MRAMFS: A compressing file system for non-volatile RAM
Nathan K. Edel, Deepa Tuteja, Ethan L. Miller, and Scott A. Brandt in Proceedings of the 12th IEEE/ACM International Symposium on Modeling, Analysis, and Simulation of Computer and Telecommunication Systems (MASCOTS 2004), Volendam, Netherlands, October 2004.
This paper allows me to provide both a file systems paper and look at an interesting approach to byte-addressable non-volatile memory (NVM).
We have developed a prototype in-memory file system which utilizes data compression on inodes, and which has preliminary support for compression of file blocks. Our file system, mramfs, is also based on data structures tuned for storage efficiency in non-volatile memory.
One of the interesting aspects of NVM is that it has characteristics of storage (persistence) and memory (byte-addressability). Storage people are used to having vast amounts of time to do things: it is quite difficult, though not impossible, to do anything computationally with data that will be an important factor when it is combined with the overhead of I/O latency to disk drives. In-memory algorithms worry about optimal cache line usage and efficient usage of the processor, but they don’t need to worry about what happens when the power goes off.

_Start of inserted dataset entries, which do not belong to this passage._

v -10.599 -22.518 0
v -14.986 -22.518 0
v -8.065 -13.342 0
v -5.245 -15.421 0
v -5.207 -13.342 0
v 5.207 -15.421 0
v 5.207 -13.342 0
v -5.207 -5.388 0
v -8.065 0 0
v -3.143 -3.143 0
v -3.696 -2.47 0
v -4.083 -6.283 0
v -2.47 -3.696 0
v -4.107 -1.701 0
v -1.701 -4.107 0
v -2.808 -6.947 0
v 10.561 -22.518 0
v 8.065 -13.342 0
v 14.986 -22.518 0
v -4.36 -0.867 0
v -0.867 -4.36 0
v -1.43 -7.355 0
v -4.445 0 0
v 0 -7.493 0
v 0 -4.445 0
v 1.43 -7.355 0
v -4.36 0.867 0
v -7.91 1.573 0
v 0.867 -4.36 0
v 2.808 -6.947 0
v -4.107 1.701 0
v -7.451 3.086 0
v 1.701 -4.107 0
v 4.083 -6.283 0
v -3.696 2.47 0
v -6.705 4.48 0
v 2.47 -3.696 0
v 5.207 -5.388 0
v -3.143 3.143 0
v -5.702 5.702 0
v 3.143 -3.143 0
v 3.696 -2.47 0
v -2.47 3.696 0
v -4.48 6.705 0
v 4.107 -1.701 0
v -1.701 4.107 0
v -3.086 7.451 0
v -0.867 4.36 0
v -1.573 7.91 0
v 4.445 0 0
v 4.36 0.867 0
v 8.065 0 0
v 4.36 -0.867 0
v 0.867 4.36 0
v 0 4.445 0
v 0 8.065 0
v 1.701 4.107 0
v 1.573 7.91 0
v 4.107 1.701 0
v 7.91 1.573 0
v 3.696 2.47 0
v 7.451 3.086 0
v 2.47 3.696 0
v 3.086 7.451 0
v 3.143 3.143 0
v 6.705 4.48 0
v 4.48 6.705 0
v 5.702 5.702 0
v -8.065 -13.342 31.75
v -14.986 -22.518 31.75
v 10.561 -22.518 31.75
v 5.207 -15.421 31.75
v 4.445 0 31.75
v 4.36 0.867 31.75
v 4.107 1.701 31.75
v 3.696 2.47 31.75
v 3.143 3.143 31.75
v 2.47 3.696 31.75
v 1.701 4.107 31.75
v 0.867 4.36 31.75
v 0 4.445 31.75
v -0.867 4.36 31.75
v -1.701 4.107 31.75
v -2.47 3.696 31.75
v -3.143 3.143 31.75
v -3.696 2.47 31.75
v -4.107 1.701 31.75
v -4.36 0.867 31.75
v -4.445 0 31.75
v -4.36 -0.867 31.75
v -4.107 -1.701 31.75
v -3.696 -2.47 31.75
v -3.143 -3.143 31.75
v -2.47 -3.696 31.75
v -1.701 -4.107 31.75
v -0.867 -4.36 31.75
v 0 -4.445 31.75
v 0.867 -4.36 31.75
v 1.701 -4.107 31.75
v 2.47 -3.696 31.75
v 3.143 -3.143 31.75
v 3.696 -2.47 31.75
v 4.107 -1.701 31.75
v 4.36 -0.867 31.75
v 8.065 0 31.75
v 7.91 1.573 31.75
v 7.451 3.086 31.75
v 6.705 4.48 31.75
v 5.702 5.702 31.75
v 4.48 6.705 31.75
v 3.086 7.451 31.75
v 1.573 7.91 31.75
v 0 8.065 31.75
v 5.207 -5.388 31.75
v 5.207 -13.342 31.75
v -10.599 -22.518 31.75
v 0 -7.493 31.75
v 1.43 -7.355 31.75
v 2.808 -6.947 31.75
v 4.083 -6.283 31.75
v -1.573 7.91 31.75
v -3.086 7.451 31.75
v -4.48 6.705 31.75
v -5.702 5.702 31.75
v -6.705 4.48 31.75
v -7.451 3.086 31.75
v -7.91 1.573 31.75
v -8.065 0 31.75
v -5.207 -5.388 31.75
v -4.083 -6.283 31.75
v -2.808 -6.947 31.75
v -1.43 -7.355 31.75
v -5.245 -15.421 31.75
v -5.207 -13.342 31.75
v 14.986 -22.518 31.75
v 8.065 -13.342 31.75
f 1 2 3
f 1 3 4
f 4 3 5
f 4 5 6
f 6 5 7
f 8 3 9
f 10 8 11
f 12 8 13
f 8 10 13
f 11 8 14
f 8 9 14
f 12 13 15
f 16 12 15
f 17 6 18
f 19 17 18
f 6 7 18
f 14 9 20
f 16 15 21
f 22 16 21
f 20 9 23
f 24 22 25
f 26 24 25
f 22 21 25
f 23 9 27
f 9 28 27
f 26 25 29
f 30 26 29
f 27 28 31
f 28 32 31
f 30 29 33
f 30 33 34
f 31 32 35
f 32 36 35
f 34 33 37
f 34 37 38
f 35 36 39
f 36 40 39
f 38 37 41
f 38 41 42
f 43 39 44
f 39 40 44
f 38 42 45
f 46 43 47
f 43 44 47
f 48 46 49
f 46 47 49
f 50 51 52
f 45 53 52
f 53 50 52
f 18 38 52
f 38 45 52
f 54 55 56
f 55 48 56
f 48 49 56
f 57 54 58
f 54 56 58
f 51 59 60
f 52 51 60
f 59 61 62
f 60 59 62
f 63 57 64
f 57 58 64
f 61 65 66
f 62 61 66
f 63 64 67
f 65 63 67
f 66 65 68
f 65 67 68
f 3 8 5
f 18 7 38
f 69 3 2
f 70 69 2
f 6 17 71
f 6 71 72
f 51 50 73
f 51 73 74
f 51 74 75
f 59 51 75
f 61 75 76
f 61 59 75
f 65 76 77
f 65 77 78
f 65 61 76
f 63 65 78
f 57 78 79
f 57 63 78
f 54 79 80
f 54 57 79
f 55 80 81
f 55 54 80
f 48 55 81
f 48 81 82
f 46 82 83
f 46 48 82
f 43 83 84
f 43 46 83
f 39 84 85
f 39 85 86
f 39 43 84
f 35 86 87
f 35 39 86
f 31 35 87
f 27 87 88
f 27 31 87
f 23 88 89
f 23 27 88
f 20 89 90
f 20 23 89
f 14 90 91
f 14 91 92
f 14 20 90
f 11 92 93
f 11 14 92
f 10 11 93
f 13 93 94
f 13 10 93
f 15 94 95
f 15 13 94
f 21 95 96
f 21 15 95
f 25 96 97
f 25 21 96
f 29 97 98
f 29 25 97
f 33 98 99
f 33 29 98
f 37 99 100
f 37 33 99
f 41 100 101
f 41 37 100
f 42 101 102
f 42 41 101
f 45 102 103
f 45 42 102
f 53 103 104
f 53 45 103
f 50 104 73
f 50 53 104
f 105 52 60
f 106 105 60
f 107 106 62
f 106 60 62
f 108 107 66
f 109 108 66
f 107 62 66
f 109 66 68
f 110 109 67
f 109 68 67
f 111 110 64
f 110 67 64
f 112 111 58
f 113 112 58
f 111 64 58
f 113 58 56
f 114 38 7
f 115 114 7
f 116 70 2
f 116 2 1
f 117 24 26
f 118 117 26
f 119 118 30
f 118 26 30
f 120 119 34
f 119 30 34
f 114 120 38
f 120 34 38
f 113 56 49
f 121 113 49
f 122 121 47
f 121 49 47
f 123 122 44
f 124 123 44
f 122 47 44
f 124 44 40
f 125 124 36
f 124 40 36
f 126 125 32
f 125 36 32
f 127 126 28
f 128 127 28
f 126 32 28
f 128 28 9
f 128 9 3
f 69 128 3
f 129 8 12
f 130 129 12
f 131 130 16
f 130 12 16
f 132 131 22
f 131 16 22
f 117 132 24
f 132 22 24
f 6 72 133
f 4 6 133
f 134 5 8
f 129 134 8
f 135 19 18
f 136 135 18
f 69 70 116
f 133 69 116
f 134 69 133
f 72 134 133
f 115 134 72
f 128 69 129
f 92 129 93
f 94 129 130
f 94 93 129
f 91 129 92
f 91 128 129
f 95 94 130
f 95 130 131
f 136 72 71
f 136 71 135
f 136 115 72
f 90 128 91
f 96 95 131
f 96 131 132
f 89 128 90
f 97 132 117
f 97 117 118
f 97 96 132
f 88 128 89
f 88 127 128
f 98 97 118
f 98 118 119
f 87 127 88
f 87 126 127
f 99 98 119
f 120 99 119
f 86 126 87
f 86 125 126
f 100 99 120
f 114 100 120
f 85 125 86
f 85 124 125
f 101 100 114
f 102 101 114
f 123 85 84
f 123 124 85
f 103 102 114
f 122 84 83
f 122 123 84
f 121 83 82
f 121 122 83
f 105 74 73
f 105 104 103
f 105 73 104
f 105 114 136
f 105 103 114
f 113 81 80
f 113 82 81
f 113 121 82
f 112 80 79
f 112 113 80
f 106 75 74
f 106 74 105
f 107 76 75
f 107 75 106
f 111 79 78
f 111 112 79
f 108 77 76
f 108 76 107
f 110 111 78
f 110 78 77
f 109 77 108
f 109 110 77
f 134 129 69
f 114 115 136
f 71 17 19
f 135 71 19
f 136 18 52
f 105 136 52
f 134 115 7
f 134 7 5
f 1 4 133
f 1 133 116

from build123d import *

# Parameters (mm, degrees)
F0_R     = 4.445
F1_DEPTH = 31.75
F3_DEPTH = 31.751


with BuildPart() as f1:
    # F0 (on Top) → F1 (new body)
    with BuildSketch(Plane.XY):
        with BuildLine():
            ThreePointArc((8.0645, 0), (5.702463, 5.702463), (0, 8.0645))
            ThreePointArc((0, 8.0645), (-5.702463, 5.702463), (-8.0645, 0))
            Line((-8.0645, 0), (-8.0645, -13.342164))
            Line((-8.0645, -13.342164), (-14.986, -22.517859))
            Line((-14.986, -22.517859), (0, -22.517859))
            Line((0, -22.517859), (14.986, -22.517859))
            Line((14.986, -22.517859), (8.0645, -13.342164))
            Line((8.0645, -13.342164), (8.0645, 0))
        make_face()
        with BuildLine():
            Line((0, -13.342164), (-5.207, -13.342164))
            Line((-5.207, -13.342164), (-5.207, -5.388154))
            ThreePointArc((-5.207, -5.388154), (-2.808168, -6.946887), (0, -7.493))
            ThreePointArc((0, -7.493), (2.808168, -6.946887), (5.207, -5.388154))
            Line((5.207, -5.388154), (5.207, -13.342164))
            Line((5.207, -13.342164), (0, -13.342164))
        make_face(mode=Mode.SUBTRACT)
        Circle(F0_R, mode=Mode.SUBTRACT)
    extrude(amount=F1_DEPTH)

    # F2 (on face) → F3 (cut, through all)
    with BuildSketch(Plane.XY.offset(31.75)):
        Polygon((5.207, -15.420636), (-5.2451, -15.420636), (-10.598746, -22.517859), (10.560646, -22.517859), align=None)
    extrude(amount=-F3_DEPTH, mode=Mode.SUBTRACT)


solid = f1.part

Bringing these two things together requires re-thinking things. NVM isn’t as fast as DRAM. Storage people aren’t used to worrying about CPU cache effects on data resilience.

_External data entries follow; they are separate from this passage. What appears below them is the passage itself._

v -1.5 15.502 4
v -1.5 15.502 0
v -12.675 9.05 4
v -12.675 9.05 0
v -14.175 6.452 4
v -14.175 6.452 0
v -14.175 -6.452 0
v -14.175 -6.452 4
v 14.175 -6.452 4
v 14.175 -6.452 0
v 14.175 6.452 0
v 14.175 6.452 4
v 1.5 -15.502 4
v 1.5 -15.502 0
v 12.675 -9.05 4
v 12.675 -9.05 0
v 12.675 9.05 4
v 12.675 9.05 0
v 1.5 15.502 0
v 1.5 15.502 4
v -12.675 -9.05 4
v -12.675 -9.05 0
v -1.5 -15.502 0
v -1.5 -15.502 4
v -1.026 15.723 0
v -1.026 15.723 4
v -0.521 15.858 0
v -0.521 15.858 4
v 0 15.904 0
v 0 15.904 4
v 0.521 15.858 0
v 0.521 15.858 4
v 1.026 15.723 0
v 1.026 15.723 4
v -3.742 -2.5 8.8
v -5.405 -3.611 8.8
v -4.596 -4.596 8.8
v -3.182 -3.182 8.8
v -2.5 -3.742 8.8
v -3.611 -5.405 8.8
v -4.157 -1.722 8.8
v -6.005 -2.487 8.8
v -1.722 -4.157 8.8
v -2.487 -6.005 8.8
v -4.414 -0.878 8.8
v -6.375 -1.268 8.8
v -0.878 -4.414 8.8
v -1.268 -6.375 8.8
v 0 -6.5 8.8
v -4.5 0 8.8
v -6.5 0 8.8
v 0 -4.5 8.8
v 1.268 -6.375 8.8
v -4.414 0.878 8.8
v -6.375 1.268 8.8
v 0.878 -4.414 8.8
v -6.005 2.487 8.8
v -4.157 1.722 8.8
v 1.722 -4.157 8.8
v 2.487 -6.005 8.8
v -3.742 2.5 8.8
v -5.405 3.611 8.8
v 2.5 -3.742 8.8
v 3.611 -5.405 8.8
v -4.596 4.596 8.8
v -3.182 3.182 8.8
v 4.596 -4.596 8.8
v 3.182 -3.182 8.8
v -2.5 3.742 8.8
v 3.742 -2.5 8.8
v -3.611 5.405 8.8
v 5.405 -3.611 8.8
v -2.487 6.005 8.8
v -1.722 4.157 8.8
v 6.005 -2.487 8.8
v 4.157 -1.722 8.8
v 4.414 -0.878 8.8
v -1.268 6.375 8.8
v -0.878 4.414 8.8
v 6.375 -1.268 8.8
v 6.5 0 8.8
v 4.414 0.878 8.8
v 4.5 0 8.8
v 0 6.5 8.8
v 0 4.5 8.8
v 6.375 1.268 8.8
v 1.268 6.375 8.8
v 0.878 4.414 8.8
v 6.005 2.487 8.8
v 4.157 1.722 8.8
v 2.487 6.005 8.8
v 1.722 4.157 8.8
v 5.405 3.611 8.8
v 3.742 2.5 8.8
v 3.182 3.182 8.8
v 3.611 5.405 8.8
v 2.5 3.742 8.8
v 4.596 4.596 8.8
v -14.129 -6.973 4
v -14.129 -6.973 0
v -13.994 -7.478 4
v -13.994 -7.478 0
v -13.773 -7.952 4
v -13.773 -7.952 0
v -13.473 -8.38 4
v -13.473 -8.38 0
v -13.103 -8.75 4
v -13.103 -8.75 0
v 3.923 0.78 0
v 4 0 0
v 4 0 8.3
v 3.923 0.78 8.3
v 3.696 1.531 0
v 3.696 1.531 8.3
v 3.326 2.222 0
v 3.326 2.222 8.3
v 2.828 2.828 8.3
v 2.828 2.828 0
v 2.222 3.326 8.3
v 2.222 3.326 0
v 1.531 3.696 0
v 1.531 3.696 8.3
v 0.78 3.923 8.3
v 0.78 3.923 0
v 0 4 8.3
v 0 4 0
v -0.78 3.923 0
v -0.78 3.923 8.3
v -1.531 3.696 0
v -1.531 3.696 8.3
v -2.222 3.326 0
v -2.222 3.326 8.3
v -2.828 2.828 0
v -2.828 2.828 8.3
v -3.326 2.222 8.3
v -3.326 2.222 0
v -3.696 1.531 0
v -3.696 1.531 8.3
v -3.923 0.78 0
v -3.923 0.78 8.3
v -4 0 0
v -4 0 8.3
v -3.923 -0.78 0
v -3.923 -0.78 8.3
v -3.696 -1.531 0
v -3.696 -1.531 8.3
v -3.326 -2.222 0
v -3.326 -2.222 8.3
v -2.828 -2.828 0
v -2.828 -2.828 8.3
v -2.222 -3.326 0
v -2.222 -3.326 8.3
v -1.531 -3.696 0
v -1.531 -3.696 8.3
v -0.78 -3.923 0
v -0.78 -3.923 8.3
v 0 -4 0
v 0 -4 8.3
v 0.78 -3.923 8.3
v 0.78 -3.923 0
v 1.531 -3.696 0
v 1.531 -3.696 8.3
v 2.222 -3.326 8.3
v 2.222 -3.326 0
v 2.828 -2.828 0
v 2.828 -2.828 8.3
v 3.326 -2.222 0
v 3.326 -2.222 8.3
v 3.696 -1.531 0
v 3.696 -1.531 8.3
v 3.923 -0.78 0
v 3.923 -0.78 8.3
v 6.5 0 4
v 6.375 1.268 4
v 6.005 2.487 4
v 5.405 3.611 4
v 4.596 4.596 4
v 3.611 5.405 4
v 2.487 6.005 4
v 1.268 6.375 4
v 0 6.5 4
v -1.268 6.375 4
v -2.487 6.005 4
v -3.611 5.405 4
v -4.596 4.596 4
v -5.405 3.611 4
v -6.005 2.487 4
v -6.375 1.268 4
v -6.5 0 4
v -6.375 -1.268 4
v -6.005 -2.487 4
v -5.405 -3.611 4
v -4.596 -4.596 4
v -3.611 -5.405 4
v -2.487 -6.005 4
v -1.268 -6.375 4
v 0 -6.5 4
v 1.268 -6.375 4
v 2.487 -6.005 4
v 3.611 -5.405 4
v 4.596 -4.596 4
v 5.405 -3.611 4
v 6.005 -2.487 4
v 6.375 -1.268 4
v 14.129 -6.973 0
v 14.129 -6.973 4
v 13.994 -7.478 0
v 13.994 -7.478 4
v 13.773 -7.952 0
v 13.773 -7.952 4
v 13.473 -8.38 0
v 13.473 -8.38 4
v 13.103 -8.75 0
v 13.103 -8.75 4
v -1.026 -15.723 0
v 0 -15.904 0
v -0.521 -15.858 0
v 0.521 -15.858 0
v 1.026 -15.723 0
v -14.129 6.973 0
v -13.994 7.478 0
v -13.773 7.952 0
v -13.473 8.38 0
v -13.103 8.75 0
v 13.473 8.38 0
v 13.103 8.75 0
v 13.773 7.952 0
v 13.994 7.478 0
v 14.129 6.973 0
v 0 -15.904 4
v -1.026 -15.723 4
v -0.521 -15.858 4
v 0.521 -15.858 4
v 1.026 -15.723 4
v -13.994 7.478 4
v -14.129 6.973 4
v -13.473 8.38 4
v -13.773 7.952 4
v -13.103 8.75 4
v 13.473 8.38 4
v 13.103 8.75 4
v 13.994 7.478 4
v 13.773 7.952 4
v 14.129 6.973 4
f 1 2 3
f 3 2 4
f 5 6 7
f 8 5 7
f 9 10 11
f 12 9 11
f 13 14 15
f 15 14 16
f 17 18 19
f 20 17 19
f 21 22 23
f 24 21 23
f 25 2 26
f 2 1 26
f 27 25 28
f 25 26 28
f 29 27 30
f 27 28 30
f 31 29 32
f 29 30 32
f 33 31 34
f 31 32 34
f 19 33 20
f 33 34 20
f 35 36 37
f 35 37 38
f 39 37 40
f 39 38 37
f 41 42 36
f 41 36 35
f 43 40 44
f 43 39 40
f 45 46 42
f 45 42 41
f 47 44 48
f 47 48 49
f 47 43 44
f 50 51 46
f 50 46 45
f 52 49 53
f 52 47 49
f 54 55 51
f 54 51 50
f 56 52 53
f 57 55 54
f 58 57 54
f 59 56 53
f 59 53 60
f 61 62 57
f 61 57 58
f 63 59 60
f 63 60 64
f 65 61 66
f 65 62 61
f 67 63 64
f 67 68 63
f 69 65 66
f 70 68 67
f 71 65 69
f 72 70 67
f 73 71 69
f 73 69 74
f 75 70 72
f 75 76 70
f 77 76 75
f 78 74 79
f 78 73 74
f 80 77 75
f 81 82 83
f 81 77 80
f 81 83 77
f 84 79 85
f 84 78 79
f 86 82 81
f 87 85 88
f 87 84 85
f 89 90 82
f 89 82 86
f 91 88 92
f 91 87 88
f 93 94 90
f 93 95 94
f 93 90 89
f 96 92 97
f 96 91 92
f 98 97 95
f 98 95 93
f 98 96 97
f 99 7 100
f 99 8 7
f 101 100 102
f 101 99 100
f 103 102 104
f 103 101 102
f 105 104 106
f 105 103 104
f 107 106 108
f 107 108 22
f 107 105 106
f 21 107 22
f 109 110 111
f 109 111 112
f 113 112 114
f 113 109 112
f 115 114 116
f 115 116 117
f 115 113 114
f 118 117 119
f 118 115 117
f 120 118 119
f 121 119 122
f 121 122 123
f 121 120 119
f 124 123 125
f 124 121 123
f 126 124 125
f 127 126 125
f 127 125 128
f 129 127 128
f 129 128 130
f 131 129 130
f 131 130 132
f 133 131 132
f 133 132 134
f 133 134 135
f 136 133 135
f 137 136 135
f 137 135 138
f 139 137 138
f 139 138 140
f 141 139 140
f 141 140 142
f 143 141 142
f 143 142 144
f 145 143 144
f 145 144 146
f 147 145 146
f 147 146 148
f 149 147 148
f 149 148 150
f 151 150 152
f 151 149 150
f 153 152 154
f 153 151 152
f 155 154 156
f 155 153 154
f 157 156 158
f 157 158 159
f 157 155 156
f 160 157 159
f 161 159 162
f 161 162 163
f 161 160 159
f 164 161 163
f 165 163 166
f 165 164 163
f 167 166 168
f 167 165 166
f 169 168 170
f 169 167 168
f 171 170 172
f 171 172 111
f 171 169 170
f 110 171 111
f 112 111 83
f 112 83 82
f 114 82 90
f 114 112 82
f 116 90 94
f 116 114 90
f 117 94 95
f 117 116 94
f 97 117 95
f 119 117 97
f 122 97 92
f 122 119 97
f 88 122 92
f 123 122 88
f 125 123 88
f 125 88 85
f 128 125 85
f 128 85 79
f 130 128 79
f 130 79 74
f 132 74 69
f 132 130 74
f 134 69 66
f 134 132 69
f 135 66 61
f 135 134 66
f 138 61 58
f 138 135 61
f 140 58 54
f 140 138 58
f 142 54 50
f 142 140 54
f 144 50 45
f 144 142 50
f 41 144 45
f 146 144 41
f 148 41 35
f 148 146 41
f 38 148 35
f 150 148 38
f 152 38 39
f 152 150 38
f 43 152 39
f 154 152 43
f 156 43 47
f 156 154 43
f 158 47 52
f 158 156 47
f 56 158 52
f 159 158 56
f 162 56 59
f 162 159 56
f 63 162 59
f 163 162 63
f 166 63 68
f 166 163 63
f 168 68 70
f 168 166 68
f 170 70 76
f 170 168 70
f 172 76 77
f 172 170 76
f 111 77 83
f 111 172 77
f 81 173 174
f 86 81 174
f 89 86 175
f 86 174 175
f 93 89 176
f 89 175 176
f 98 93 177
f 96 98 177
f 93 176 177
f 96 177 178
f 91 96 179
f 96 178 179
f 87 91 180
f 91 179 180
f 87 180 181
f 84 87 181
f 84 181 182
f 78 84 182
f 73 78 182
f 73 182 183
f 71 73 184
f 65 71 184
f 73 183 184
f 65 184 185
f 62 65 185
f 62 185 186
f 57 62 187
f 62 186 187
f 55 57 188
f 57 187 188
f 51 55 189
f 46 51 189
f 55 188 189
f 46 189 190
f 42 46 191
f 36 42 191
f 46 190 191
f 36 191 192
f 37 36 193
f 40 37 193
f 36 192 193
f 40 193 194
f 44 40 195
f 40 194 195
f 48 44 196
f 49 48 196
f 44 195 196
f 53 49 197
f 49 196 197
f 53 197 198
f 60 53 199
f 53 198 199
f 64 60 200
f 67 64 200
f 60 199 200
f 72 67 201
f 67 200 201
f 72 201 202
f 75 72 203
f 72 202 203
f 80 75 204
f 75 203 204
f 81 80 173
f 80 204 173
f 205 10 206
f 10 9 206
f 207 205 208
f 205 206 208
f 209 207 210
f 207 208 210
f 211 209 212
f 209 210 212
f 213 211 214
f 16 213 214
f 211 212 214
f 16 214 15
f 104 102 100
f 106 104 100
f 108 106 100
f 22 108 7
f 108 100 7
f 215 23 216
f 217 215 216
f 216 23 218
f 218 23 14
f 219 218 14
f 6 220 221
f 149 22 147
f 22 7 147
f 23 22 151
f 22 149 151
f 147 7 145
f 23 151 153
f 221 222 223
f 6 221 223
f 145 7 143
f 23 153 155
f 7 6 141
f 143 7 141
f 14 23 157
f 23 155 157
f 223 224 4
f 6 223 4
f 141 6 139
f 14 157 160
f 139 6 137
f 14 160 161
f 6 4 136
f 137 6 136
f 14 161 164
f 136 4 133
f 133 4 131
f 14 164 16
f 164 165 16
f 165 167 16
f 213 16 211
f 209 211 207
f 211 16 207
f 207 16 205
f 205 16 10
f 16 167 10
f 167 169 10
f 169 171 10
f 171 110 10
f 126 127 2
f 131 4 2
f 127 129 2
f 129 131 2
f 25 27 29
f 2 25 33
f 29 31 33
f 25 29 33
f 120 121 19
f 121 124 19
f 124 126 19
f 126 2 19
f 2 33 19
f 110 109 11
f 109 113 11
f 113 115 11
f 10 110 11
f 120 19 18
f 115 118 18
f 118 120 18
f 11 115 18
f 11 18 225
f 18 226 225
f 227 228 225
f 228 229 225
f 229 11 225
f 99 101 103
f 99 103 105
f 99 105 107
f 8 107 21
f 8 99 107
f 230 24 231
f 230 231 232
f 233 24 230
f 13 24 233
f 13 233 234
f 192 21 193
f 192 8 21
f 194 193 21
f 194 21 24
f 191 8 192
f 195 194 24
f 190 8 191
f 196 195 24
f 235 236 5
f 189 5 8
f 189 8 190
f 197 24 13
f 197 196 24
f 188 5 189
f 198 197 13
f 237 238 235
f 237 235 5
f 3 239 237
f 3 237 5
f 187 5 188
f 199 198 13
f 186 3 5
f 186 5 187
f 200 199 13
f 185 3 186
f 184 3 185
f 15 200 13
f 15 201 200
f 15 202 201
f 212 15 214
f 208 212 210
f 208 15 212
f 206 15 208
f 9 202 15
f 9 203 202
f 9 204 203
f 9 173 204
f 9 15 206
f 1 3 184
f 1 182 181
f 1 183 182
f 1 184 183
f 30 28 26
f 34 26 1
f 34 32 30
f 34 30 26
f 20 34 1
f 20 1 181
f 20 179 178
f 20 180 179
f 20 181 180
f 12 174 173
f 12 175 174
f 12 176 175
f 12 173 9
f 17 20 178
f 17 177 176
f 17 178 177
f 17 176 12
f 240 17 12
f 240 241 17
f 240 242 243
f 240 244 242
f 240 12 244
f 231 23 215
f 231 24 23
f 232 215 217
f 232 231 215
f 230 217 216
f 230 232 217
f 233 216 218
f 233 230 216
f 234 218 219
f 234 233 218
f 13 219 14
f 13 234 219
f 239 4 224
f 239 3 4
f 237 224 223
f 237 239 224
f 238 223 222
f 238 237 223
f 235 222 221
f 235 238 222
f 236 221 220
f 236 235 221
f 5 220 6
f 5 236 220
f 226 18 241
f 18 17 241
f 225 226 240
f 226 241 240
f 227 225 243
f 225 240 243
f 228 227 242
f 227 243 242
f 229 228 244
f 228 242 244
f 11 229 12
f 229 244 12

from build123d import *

# Parameters (mm, degrees)
SKETCH_R      = 4
PAD_DEPTH     = 4
SKETCH001_R   = 6.5
SKETCH001_R_2 = 4
PAD001_DEPTH  = 4.8
CHAMFER_SIZE  = 0.5
FILLET_R      = 3


with BuildPart() as part:
    # Sketch → Pad (new body)
    with BuildSketch(Plane.XY):
        Polygon((0, 16.36788), (-14.175, 8.18394), (-14.175, -8.18394), (0, -16.36788), (14.175, -8.18394), (14.175, 8.18394), align=None)
        Circle(SKETCH_R, mode=Mode.SUBTRACT)
    extrude(amount=PAD_DEPTH)

    # Sketch001 (on Face9 of Pad) → Pad001 (join)
    with BuildSketch(Plane.XY.offset(4)):
        Circle(SKETCH001_R)
        Circle(SKETCH001_R_2, mode=Mode.SUBTRACT)
    extrude(amount=PAD001_DEPTH)

    # Chamfer
    chamfer_edges = [part.edges().sort_by_distance(p)[0] for p in [
        (-4, 0, 8.8),
    ]]
    chamfer(chamfer_edges, length=CHAMFER_SIZE)

    # Fillet
    fillet_edges = [part.edges().sort_by_distance(p)[0] for p in [
        (0, -16.36788, 2),
        (14.175, -8.18394, 2),
        (14.175, 8.18394, 2),
        (-14.175, -8.18394, 2),
        (-14.175, 8.18394, 2),
        (0, 16.36788, 2),
    ]]
    fillet(fillet_edges, radius=FILLET_R)


solid = part.part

So mramfs looks at this from a very file systems centric perspective: how do we exploit this nifty new memory to build a new kind of RAM disk: it’s still RAM but now it’s persistent. NVRAM is slower than DIMM and hence it makes sense to compress it to increase the effective data transfer rate (though it is not clear if that really will be the case.)
I didn’t find a strong motivation for compression, though I can see the viability of it now, in a world in which we want to pack as much as we can into a 64 byte cache line. The authors point out that one of the previous systems (Conquest) settled on a 53 byte inode size. The authors studied existing systems and found they could actually compress down to 20 bytes (or less) for a single inode. They achieved this using a combination of gamma compression and compressing common file patterns (mode, uid, and gid). Another reason for this approach is they did not wish to burden their file system with a computationally expensive compression scheme.
In Figure 1 (from the paper) the authors provide a graphic description of their data structures. This depicts a fairly traditional UNIX style file system, with an inode table, name space (directories), references from directory entries to the inodes. Inodes then point to control structures that eventually map to the actual data blocks.
The actual memory is managed by the file system from a single chunk of non-volatile memory; the memory is virtually addressed and the paper points out that they don’t actually care how that mapping is achieved.
Multiple inodes are allocated together in inode blocks with each block consisting of 16 (variable length) inodes. The minimum size of a block is 256 bytes. inodes are rewritten in place whenever possible, which can lead to slack space. If an inode doesn’t fit within its existing space, the entire block is reconstructed and then written to a new block. Aftewards, the block pointer is changed to point to the new block. Then the old block is freed.
One thing that is missing from this is much reasoning about crash consistency, which surprised me.
The authors have an extensive evaluation section, comparing to ext2fs, ramfs, and jffs2 (all over RAM disk). Their test was a create/unlink micro-benchmark, thus optimizing the meta-data insertion/deletion case. They then questioned their entire testing mechanism by pointing out that the time was also comparable to what they achieved using tmpfs building the openssl package from source. Their final evaluation was done without the compression code enabled (“[U]nfortuantely, the data compression code is not yet reliable enough to complete significant runs of Postmark or of large builds…”). They said they were getting about 20-25% of the speed without compression.
Despite this finding, their conclusion was “We have shown that both metadata and file data blocks are highly compressisble with little increase in code complexity. By using tuned compression techniques, we can save more than 60% of the inode space required by previous NVRAM file systems, and with little impact on performance.”
My take-away? This was an early implementation of a file system on NVM. It demonstrates one of the risks of thinking too much in file systems terms. We’ll definitely have to do better.